Essentially, it's a query language for XML. See XPath Tutorial for a primer.
This example uses the RSS feed from SO, which uses <entry...> instead of <item>, but I've used the same technique for other RSS (and XML) files and even very complex HTML documents...
import java.io.IOException;
import java.util.logging.Level;
import java.util.logging.Logger;
import javax.xml.parsers.DocumentBuilderFactory;
import javax.xml.parsers.ParserConfigurationException;
import javax.xml.xpath.XPath;
import javax.xml.xpath.XPathConstants;
import javax.xml.xpath.XPathExpression;
import javax.xml.xpath.XPathExpressionException;
import javax.xml.xpath.XPathFactory;
import org.w3c.dom.Document;
import org.w3c.dom.Element;
import org.w3c.dom.Node;
import org.w3c.dom.NodeList;
import org.xml.sax.SAXException;
public class TestRSSFeed {
public static void main(String[] args) {
try {
// Read the feed...
DocumentBuilderFactory factory = DocumentBuilderFactory.newInstance();
Document doc = factory.newDocumentBuilder().parse("http://stackoverflow.com/feeds/tag?tagnames=java&sort=newest");
Element root = doc.getDocumentElement();
// Create a xPath instance
XPath xPath = XPathFactory.newInstance().newXPath();
// Find all the nodes that are named <entry...> any where in
// the document that live under the parent node...
XPathExpression expression = xPath.compile("//entry");
NodeList nl = (NodeList) expression.evaluate(root, XPathConstants.NODESET);
System.out.println("Found " + nl.getLength() + " items...");
for (int index = 0; index < nl.getLength(); index++) {
Node node = nl.item(index);
// This is a sub node search.
// The search is based on the parent node and looks for a single
// node titled "title" that belongs to the parent node...
// I did this because I'm only expecting a single node...
expression = xPath.compile("title");
Node child = (Node) expression.evaluate(node, XPathConstants.NODE);
System.out.println(child.getTextContent());
}
} catch (IOException | ParserConfigurationException | SAXException exp) {
exp.printStackTrace();
} catch (XPathExpressionException ex) {
ex.printStackTrace();
}
}
}
Now, you can do some pretty complex queries, but I thought I'd start with a basic example ;)

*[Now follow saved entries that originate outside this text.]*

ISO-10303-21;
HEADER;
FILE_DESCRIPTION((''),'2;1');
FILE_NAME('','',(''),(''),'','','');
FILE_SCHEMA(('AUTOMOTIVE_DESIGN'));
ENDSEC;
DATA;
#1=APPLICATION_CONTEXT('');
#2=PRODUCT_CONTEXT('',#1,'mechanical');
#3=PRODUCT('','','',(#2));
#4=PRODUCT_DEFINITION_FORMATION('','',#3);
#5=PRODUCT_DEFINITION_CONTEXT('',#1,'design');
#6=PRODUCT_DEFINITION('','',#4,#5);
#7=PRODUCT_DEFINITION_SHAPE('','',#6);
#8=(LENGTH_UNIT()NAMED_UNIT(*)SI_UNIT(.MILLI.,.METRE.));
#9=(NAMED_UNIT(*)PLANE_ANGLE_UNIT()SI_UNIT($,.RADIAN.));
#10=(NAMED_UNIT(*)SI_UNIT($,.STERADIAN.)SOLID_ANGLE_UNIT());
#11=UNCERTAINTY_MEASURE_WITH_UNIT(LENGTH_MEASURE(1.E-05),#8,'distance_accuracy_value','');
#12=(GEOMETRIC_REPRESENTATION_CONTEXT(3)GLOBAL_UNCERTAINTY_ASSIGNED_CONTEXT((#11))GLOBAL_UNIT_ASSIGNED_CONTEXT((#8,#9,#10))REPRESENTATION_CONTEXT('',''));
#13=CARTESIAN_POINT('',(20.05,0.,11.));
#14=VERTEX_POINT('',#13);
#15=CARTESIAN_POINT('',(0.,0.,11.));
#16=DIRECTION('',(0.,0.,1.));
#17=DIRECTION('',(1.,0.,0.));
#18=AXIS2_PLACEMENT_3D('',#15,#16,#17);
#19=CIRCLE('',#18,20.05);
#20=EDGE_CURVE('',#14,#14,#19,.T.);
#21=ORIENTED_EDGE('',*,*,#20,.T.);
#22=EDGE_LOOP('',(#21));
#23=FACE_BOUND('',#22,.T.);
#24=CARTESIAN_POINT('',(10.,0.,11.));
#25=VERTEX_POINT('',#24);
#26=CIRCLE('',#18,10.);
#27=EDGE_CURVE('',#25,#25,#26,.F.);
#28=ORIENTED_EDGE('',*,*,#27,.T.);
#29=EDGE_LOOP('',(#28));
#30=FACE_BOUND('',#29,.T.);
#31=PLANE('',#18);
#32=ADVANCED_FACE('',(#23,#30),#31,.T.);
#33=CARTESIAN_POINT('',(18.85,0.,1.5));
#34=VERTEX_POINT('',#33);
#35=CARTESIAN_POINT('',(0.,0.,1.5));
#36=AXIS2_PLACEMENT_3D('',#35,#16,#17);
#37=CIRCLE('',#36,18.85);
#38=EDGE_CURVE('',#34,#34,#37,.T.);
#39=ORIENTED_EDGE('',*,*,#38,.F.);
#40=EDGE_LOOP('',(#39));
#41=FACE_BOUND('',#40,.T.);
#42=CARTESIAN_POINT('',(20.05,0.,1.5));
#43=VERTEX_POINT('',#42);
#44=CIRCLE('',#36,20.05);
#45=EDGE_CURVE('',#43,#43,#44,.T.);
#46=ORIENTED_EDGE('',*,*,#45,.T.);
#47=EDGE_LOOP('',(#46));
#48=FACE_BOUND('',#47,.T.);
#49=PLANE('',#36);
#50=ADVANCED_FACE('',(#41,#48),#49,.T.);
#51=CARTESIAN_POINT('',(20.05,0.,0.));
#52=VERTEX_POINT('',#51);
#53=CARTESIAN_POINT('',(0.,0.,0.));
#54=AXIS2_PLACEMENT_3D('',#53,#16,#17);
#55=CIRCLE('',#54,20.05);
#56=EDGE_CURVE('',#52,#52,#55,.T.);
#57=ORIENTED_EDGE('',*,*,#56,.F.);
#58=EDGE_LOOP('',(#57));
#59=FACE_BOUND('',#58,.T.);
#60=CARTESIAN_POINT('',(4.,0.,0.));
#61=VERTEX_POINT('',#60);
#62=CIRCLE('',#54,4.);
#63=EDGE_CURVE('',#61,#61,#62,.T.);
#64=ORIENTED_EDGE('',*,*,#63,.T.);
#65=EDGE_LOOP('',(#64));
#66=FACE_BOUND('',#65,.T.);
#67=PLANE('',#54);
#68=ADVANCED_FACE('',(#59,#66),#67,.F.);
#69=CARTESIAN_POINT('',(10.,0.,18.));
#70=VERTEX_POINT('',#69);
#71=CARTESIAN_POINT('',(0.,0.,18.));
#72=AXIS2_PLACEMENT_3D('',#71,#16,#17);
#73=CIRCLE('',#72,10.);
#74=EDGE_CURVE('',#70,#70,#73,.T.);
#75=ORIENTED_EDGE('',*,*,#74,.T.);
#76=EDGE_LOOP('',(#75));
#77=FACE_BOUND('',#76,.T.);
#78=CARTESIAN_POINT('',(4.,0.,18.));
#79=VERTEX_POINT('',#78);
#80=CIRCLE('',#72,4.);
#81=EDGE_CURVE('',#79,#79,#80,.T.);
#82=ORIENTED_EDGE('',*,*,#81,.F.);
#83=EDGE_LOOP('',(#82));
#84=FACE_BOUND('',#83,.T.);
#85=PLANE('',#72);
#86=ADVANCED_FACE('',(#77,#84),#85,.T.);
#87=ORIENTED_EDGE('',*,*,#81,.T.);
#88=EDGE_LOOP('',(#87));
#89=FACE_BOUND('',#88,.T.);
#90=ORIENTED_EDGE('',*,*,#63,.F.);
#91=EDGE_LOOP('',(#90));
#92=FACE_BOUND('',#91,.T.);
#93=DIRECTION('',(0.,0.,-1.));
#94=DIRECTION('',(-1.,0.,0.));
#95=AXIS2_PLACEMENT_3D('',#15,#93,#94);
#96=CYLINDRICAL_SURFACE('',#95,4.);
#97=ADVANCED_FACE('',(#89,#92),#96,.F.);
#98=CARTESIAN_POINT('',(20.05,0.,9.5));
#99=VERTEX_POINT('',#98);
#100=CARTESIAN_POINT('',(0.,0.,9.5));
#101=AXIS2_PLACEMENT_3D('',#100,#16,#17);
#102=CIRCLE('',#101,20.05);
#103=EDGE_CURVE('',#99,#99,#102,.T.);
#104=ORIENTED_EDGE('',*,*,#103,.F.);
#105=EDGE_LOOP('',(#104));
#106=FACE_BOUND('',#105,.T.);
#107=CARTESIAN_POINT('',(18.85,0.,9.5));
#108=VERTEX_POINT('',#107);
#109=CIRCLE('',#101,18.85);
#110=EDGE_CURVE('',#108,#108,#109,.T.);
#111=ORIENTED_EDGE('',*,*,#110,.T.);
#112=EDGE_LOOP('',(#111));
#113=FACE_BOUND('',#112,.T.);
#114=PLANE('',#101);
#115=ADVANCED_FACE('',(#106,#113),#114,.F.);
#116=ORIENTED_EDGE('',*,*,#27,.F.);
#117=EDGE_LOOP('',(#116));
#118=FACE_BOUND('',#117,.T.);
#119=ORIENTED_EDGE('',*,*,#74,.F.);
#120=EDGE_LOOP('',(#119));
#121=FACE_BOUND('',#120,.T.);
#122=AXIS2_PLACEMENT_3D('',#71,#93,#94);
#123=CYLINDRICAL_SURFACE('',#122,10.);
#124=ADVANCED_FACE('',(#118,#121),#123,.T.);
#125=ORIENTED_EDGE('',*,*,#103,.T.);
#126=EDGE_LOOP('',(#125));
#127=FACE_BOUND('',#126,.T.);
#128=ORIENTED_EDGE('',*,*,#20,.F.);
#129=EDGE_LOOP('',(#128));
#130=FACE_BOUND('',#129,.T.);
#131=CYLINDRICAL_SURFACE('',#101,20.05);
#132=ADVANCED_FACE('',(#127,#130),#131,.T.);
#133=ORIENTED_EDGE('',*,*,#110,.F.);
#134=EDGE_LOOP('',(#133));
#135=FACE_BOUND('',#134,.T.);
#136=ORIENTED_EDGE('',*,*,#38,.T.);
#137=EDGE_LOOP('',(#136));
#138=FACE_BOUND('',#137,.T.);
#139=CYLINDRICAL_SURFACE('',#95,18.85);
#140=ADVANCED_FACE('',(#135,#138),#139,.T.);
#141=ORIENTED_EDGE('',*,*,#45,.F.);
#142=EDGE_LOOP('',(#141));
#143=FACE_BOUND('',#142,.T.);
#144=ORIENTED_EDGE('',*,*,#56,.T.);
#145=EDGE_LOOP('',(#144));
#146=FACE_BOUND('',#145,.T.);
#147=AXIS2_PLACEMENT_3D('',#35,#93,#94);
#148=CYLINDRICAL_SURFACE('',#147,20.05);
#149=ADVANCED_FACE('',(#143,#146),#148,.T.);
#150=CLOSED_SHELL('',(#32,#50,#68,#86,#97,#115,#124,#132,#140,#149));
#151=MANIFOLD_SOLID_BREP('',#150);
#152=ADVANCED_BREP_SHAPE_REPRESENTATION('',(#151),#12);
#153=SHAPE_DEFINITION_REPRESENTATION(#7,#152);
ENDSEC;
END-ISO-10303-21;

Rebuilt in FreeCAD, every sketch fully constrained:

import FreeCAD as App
import Part
import Sketcher

doc = App.newDocument("Part")
body = doc.addObject("PartDesign::Body", "Body")

# Sketch on XY plane
sketch1 = doc.addObject("Sketcher::SketchObject", "Sketch")
body.addObject(sketch1)
sketch1.AttachmentSupport = (doc.XY_Plane, [""])
sketch1.MapMode = "FlatFace"
sketch1.addGeometry(Part.Circle(App.Vector(0, 0, 0), App.Vector(0, 0, 1), 18.9), False)
sketch1.addGeometry(Part.Circle(App.Vector(0, 0, 0), App.Vector(0, 0, 1), 4), False)
sketch1.addConstraint(Sketcher.Constraint("Coincident", 0, 3, -1, 1))
sketch1.addConstraint(Sketcher.Constraint("Coincident", 1, 3, -1, 1))
sketch1.addConstraint(Sketcher.Constraint("Diameter", 1, 8.0))
sketch1.addConstraint(Sketcher.Constraint("Diameter", 0, 37.7))
pad1 = doc.addObject("PartDesign::Pad", "Pad")
body.addObject(pad1)
pad1.Profile = sketch1
pad1.Length = 11

# Sketch on XY plane
sketch2 = doc.addObject("Sketcher::SketchObject", "Sketch001")
body.addObject(sketch2)
sketch2.AttachmentSupport = (doc.XY_Plane, [""])
sketch2.MapMode = "FlatFace"
sketch2.addGeometry(Part.Circle(App.Vector(0, 0, 0), App.Vector(0, 0, 1), 20), False)
sketch2.addGeometry(Part.Circle(App.Vector(0, 0, 0), App.Vector(0, 0, 1), 19), False)
sketch2.addConstraint(Sketcher.Constraint("Coincident", 0, 3, -1, 1))
sketch2.addConstraint(Sketcher.Constraint("Coincident", 1, 3, -1, 1))
sketch2.addConstraint(Sketcher.Constraint("Diameter", 0, 40.1))
sketch2.addConstraint(Sketcher.Constraint("Diameter", 1, 37.7))
pad2 = doc.addObject("PartDesign::Pad", "Pad001")
body.addObject(pad2)
pad2.Profile = sketch2
pad2.Length = 1.5

# Sketch on XY plane
sketch3 = doc.addObject("Sketcher::SketchObject", "Sketch002")
body.addObject(sketch3)
sketch3.AttachmentSupport = (doc.XY_Plane, [""])
sketch3.MapMode = "FlatFace"
sketch3.AttachmentOffset = App.Placement(App.Vector(0, 0, 11), App.Rotation())
sketch3.addGeometry(Part.Circle(App.Vector(0, 0, 0), App.Vector(0, 0, 1), 20.1), False)
sketch3.addGeometry(Part.Circle(App.Vector(0, 0, 0), App.Vector(0, 0, 1), 18.9), False)
sketch3.addGeometry(Part.Circle(App.Vector(0, 0, 0), App.Vector(0, 0, 1), 10), False)
sketch3.addGeometry(Part.Circle(App.Vector(0, 0, 0), App.Vector(0, 0, 1), 4), False)
sketch3.addConstraint(Sketcher.Constraint("Coincident", 0, 3, -1, 1))
sketch3.addConstraint(Sketcher.Constraint("Coincident", 1, 3, -1, 1))
sketch3.addConstraint(Sketcher.Constraint("Coincident", 2, 3, -1, 1))
sketch3.addConstraint(Sketcher.Constraint("Coincident", 3, 3, -1, 1))
sketch3.addConstraint(Sketcher.Constraint("Diameter", 2, 20.0))
sketch3.addConstraint(Sketcher.Constraint("Diameter", 3, 8.0))
sketch3.addConstraint(Sketcher.Constraint("Diameter", 0, 40.1))
sketch3.addConstraint(Sketcher.Constraint("Diameter", 1, 37.7))
pad3 = doc.addObject("PartDesign::Pad", "Pad002")
body.addObject(pad3)
pad3.Profile = sketch3
pad3.Length = 1.5
pad3.Reversed = True

# Sketch on XY plane
sketch4 = doc.addObject("Sketcher::SketchObject", "Sketch003")
body.addObject(sketch4)
sketch4.AttachmentSupport = (doc.XY_Plane, [""])
sketch4.MapMode = "FlatFace"
sketch4.addGeometry(Part.Circle(App.Vector(0, 0, 0), App.Vector(0, 0, 1), 10), False)
sketch4.addGeometry(Part.Circle(App.Vector(0, 0, 0), App.Vector(0, 0, 1), 4), False)
sketch4.addConstraint(Sketcher.Constraint("Coincident", 0, 3, -1, 1))
sketch4.addConstraint(Sketcher.Constraint("Coincident", 1, 3, -1, 1))
sketch4.addConstraint(Sketcher.Constraint("Diameter", 0, 20.0))
sketch4.addConstraint(Sketcher.Constraint("Diameter", 1, 8.0))
pad4 = doc.addObject("PartDesign::Pad", "Pad003")
body.addObject(pad4)
pad4.Profile = sketch4
pad4.Length = 18

doc.recompute()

Just in case anyone is still left wondering about how i managed to solve the CDATA puzzle:
The logic is as follows:
Once you get the program to extract all the xml to display the correct node tree as the rss feed displays, if any xml data is wrapped in CDATA tags, the only way to access that information is by creating new xml based on the text content in the CDATA tag. Once you parse the new document, you should be able to access all the data you need.